Science: Using the James Webb Space Telescope (JWST), astronomers have observed the oldest known powerful “galaxy-sized” wind flowing from a supermassive black hole-powered quasar. The powerful wind is pushing gas and dust out of its galaxy at incredible speeds, stunting the birth of stars in its host galaxy. The quasar, named J1007+2115, is so distant that it is seen just 700 million years after the Big Bang — when the 13.8-billion-year-old universe was about 5% of its current age. Although this makes J1007+2115 the third-oldest quasar ever observed, it is the first ever to have a powerful, galaxy-sized wind blowing from it.
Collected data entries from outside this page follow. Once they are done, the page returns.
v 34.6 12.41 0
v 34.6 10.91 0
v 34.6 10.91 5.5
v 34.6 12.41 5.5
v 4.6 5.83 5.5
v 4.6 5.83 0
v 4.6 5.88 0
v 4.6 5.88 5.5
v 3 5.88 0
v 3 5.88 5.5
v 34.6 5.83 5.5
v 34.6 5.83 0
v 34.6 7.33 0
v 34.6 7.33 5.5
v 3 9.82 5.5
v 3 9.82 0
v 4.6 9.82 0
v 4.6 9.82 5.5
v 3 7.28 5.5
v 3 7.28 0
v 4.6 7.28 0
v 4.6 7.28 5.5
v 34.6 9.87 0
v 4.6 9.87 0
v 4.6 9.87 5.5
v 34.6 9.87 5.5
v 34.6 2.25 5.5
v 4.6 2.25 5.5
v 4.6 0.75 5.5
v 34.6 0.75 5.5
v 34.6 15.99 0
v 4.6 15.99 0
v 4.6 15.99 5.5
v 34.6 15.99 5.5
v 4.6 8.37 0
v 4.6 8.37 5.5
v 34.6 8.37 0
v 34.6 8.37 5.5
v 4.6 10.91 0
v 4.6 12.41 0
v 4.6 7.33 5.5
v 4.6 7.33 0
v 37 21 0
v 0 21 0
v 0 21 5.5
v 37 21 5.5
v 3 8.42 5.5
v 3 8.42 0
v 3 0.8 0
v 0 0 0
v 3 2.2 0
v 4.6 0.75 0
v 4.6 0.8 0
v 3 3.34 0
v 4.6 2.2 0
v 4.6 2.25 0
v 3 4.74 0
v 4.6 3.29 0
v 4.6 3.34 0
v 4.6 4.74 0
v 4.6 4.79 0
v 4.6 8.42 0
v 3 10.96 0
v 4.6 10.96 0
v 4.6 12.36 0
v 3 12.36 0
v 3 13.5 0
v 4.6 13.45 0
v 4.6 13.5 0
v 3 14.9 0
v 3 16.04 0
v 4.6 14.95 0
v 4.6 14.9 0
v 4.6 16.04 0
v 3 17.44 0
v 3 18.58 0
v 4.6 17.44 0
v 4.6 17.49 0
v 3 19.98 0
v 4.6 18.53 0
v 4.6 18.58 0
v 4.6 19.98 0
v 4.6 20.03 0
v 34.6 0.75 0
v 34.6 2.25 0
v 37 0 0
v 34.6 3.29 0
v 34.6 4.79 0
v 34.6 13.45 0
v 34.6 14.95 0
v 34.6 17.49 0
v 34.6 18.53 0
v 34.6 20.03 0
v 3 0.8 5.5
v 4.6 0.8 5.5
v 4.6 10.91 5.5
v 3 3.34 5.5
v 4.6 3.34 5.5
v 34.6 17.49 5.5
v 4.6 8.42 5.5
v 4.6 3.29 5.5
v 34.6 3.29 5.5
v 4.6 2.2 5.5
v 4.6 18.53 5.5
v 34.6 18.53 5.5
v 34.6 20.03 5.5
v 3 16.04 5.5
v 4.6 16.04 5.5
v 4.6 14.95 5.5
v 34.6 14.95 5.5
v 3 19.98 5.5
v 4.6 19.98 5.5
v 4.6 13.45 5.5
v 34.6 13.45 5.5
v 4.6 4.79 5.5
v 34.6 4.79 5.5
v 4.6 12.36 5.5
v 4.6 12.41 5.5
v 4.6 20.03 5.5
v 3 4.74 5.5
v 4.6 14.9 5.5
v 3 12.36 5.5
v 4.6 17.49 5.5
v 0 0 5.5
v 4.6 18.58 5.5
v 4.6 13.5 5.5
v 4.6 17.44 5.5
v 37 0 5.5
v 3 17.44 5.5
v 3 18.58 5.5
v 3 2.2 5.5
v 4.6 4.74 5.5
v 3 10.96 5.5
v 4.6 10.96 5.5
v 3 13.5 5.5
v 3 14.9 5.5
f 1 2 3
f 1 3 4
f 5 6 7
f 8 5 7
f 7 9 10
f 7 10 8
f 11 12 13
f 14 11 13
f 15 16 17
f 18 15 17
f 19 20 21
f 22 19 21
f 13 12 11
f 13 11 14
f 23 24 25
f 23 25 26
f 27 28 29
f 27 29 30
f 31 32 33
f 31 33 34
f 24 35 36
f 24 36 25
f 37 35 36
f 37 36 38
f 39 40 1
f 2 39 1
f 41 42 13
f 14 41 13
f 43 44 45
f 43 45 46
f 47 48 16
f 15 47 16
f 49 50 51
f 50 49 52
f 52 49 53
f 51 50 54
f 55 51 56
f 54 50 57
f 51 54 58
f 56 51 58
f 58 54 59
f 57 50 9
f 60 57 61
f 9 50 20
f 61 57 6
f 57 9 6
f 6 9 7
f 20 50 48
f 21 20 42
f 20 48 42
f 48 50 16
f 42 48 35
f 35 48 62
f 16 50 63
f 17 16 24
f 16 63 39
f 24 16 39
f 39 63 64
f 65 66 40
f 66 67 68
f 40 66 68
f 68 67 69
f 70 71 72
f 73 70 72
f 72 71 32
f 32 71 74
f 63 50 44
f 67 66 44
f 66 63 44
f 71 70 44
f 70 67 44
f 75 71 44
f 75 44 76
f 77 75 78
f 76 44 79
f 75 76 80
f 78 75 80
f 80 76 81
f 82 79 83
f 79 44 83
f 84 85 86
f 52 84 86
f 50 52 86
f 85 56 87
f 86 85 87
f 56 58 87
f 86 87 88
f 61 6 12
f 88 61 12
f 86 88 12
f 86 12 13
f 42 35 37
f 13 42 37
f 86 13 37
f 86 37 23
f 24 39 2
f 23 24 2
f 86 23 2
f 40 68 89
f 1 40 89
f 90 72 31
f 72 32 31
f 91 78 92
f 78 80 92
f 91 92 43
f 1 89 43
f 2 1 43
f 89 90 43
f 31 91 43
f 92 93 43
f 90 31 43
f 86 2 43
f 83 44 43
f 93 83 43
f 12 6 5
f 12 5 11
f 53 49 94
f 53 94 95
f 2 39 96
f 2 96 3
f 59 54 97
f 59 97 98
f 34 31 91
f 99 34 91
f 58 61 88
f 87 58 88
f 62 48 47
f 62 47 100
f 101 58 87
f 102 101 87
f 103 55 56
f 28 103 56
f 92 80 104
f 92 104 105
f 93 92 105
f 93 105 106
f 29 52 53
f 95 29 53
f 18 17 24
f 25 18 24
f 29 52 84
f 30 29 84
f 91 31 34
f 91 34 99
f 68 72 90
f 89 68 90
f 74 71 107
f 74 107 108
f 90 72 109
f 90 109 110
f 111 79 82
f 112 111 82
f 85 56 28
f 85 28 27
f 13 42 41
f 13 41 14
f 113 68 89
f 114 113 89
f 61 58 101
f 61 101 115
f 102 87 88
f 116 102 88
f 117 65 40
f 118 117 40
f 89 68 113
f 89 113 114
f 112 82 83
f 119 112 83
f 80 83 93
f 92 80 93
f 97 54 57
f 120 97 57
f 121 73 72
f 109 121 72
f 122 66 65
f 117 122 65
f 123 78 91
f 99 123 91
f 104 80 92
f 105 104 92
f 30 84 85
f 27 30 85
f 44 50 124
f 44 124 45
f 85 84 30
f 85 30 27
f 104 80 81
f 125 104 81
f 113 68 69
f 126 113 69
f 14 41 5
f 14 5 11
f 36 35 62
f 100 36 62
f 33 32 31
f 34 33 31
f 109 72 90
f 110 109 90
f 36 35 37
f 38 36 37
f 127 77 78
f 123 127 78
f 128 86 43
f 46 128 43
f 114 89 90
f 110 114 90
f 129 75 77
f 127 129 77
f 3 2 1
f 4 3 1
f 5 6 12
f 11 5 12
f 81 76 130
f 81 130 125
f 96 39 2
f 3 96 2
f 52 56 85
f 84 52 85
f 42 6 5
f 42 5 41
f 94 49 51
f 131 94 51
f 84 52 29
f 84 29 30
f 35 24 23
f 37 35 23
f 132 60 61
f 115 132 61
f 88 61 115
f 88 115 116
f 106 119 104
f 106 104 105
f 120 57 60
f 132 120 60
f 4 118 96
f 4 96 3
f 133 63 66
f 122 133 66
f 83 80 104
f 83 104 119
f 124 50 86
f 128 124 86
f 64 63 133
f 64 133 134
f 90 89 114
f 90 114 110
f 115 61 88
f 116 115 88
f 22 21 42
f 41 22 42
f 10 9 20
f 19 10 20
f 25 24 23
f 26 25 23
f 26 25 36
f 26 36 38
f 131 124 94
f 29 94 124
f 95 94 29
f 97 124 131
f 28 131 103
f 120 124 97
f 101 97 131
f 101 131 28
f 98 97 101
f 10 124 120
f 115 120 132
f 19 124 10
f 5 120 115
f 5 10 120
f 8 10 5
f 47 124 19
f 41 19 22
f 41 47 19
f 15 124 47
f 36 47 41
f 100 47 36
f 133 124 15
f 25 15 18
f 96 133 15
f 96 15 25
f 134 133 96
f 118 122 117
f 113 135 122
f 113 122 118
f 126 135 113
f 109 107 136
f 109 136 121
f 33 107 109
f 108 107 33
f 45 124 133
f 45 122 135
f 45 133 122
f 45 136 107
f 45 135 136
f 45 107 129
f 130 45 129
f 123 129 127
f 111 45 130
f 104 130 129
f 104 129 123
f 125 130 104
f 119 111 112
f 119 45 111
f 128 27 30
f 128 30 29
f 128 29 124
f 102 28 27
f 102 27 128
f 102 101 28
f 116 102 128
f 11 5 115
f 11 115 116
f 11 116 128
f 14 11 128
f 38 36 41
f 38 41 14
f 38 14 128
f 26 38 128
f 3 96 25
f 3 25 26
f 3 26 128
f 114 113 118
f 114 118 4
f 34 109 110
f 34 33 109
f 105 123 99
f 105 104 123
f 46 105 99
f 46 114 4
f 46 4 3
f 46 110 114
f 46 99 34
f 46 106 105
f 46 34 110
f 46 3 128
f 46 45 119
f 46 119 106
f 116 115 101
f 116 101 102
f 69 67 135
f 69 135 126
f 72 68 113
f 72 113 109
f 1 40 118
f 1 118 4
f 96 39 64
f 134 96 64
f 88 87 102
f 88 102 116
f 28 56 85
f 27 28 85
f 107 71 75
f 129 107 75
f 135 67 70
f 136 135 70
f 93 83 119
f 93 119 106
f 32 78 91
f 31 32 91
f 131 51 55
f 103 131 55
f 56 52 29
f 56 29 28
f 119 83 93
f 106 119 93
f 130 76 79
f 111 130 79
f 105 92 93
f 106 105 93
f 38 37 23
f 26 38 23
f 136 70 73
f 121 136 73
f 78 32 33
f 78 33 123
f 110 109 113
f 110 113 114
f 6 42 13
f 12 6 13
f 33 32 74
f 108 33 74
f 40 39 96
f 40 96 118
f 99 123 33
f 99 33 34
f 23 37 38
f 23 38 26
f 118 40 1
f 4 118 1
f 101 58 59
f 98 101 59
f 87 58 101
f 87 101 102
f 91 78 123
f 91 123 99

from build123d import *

# Parameters (mm, degrees)
BOX010_W     = 30
BOX010_H     = 1.5
BOX010_DEPTH = 5.5
BOX011_W     = 30
BOX011_H     = 1.5
BOX011_DEPTH = 5.5
BOX012_W     = 30
BOX012_H     = 1.5
BOX012_DEPTH = 5.5
BOX013_W     = 30
BOX013_H     = 1.5
BOX013_DEPTH = 5.5
BOX014_W     = 30
BOX014_H     = 1.5
BOX014_DEPTH = 5.5
BOX015_W     = 30
BOX015_H     = 1.5
BOX015_DEPTH = 5.5
BOX016_W     = 30
BOX016_H     = 1.5
BOX016_DEPTH = 5.5
BOX009_W     = 30
BOX009_H     = 1.5
BOX009_DEPTH = 5.5
BOX018_W     = 30
BOX018_H     = 1.5
BOX018_DEPTH = 5.5
BOX019_W     = 30
BOX019_H     = 1.5
BOX019_DEPTH = 5.5
BOX020_W     = 30
BOX020_H     = 1.5
BOX020_DEPTH = 5.5
BOX021_W     = 30
BOX021_H     = 1.5
BOX021_DEPTH = 5.5
BOX022_W     = 30
BOX022_H     = 1.5
BOX022_DEPTH = 5.5
BOX023_W     = 30
BOX023_H     = 1.5
BOX023_DEPTH = 5.5
BOX024_W     = 30
BOX024_H     = 1.5
BOX024_DEPTH = 5.5
BOX017_W     = 30
BOX017_H     = 1.5
BOX017_DEPTH = 5.5
BOX002_W     = 1.6
BOX002_H     = 1.4
BOX002_DEPTH = 10
BOX003_W     = 1.6
BOX003_H     = 1.4
BOX003_DEPTH = 10
BOX004_W     = 1.6
BOX004_H     = 1.4
BOX004_DEPTH = 10
BOX005_W     = 1.6
BOX005_H     = 1.4
BOX005_DEPTH = 10
BOX006_W     = 1.6
BOX006_H     = 1.4
BOX006_DEPTH = 10
BOX007_W     = 1.6
BOX007_H     = 1.4
BOX007_DEPTH = 10
BOX008_W     = 1.6
BOX008_H     = 1.4
BOX008_DEPTH = 10
BOX001_W     = 1.6
BOX001_H     = 1.4
BOX001_DEPTH = 10
BOX_W        = 37
BOX_H        = 21
BOX_DEPTH    = 5.5


with BuildPart() as cube010:
    # Box010 → Box010 (new body)
    with BuildSketch(Plane(origin=(4.6, 3.29, 0), x_dir=(1, 0, 0), z_dir=(0, 0, 1))):
        with Locations((15, 0.75)):
            Rectangle(BOX010_W, BOX010_H)
    extrude(amount=BOX010_DEPTH)


with BuildPart() as cube011:
    # Box011 → Box011 (new body)
    with BuildSketch(Plane(origin=(4.6, 5.83, 0), x_dir=(1, 0, 0), z_dir=(0, 0, 1))):
        with Locations((15, 0.75)):
            Rectangle(BOX011_W, BOX011_H)
    extrude(amount=BOX011_DEPTH)


with BuildPart() as cube012:
    # Box012 → Box012 (new body)
    with BuildSketch(Plane(origin=(4.6, 8.37, 0), x_dir=(1, 0, 0), z_dir=(0, 0, 1))):
        with Locations((15, 0.75)):
            Rectangle(BOX012_W, BOX012_H)
    extrude(amount=BOX012_DEPTH)


with BuildPart() as cube013:
    # Box013 → Box013 (new body)
    with BuildSketch(Plane(origin=(4.6, 10.91, 0), x_dir=(1, 0, 0), z_dir=(0, 0, 1))):
        with Locations((15, 0.75)):
            Rectangle(BOX013_W, BOX013_H)
    extrude(amount=BOX013_DEPTH)


with BuildPart() as cube014:
    # Box014 → Box014 (new body)
    with BuildSketch(Plane(origin=(4.6, 13.45, 0), x_dir=(1, 0, 0), z_dir=(0, 0, 1))):
        with Locations((15, 0.75)):
            Rectangle(BOX014_W, BOX014_H)
    extrude(amount=BOX014_DEPTH)


with BuildPart() as cube015:
    # Box015 → Box015 (new body)
    with BuildSketch(Plane(origin=(4.6, 15.99, 0), x_dir=(1, 0, 0), z_dir=(0, 0, 1))):
        with Locations((15, 0.75)):
            Rectangle(BOX015_W, BOX015_H)
    extrude(amount=BOX015_DEPTH)


with BuildPart() as cube016:
    # Box016 → Box016 (new body)
    with BuildSketch(Plane(origin=(4.6, 18.53, 0), x_dir=(1, 0, 0), z_dir=(0, 0, 1))):
        with Locations((15, 0.75)):
            Rectangle(BOX016_W, BOX016_H)
    extrude(amount=BOX016_DEPTH)


with BuildPart() as conducting_filament:
    # Box009 → Box009 (new body)
    with BuildSketch(Plane(origin=(4.6, 0.75, 0), x_dir=(1, 0, 0), z_dir=(0, 0, 1))):
        with Locations((15, 0.75)):
            Rectangle(BOX009_W, BOX009_H)
    extrude(amount=BOX009_DEPTH)

    # Fusion: union Cube010, Cube011, Cube012, Cube013, Cube014, Cube015, Cube016
    add(cube010.part)
    add(cube011.part)
    add(cube012.part)
    add(cube013.part)
    add(cube014.part)
    add(cube015.part)
    add(cube016.part)


with BuildPart() as cube018:
    # Box018 → Box018 (new body)
    with BuildSketch(Plane(origin=(4.6, 10.91, 0), x_dir=(1, 0, 0), z_dir=(0, 0, 1))):
        with Locations((15, 0.75)):
            Rectangle(BOX018_W, BOX018_H)
    extrude(amount=BOX018_DEPTH)


with BuildPart() as cube019:
    # Box019 → Box019 (new body)
    with BuildSketch(Plane(origin=(4.6, 3.29, 0), x_dir=(1, 0, 0), z_dir=(0, 0, 1))):
        with Locations((15, 0.75)):
            Rectangle(BOX019_W, BOX019_H)
    extrude(amount=BOX019_DEPTH)


with BuildPart() as cube020:
    # Box020 → Box020 (new body)
    with BuildSketch(Plane(origin=(4.6, 5.83, 0), x_dir=(1, 0, 0), z_dir=(0, 0, 1))):
        with Locations((15, 0.75)):
            Rectangle(BOX020_W, BOX020_H)
    extrude(amount=BOX020_DEPTH)


with BuildPart() as cube021:
    # Box021 → Box021 (new body)
    with BuildSketch(Plane(origin=(4.6, 18.53, 0), x_dir=(1, 0, 0), z_dir=(0, 0, 1))):
        with Locations((15, 0.75)):
            Rectangle(BOX021_W, BOX021_H)
    extrude(amount=BOX021_DEPTH)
The outflows from this quasar aren’t just notable for their antiquity, however. The winds from J1007+2115 extend out to 7,500 light-years from the black hole at their source, which is equivalent to about 25 solar systems located next to each other. The researchers said the amount of matter they transfer each year is equivalent to 300 Suns, moving at a speed equivalent to 6,000 times the speed of light. “This is the third oldest and third most distant quasar known today to be powered by an accreting supermassive black hole,” discovery team leader and University of Arizona researcher Weizhe Liu told Space.com. “To the best of our knowledge, this galaxy-scale quasar-driven wind is the oldest wind currently known.”
The winds from this central supermassive black hole may even be so powerful that they can “kill” the host galaxy at speeds up to 6,000 times faster than the speed of sound, destroying the matter needed to give birth to new stars. All large galaxies are thought to have a supermassive black hole at their center, with a mass ranging from millions to billions of times that of the Sun. But not all of these black holes power quasars, the brightest sources of light in the universe.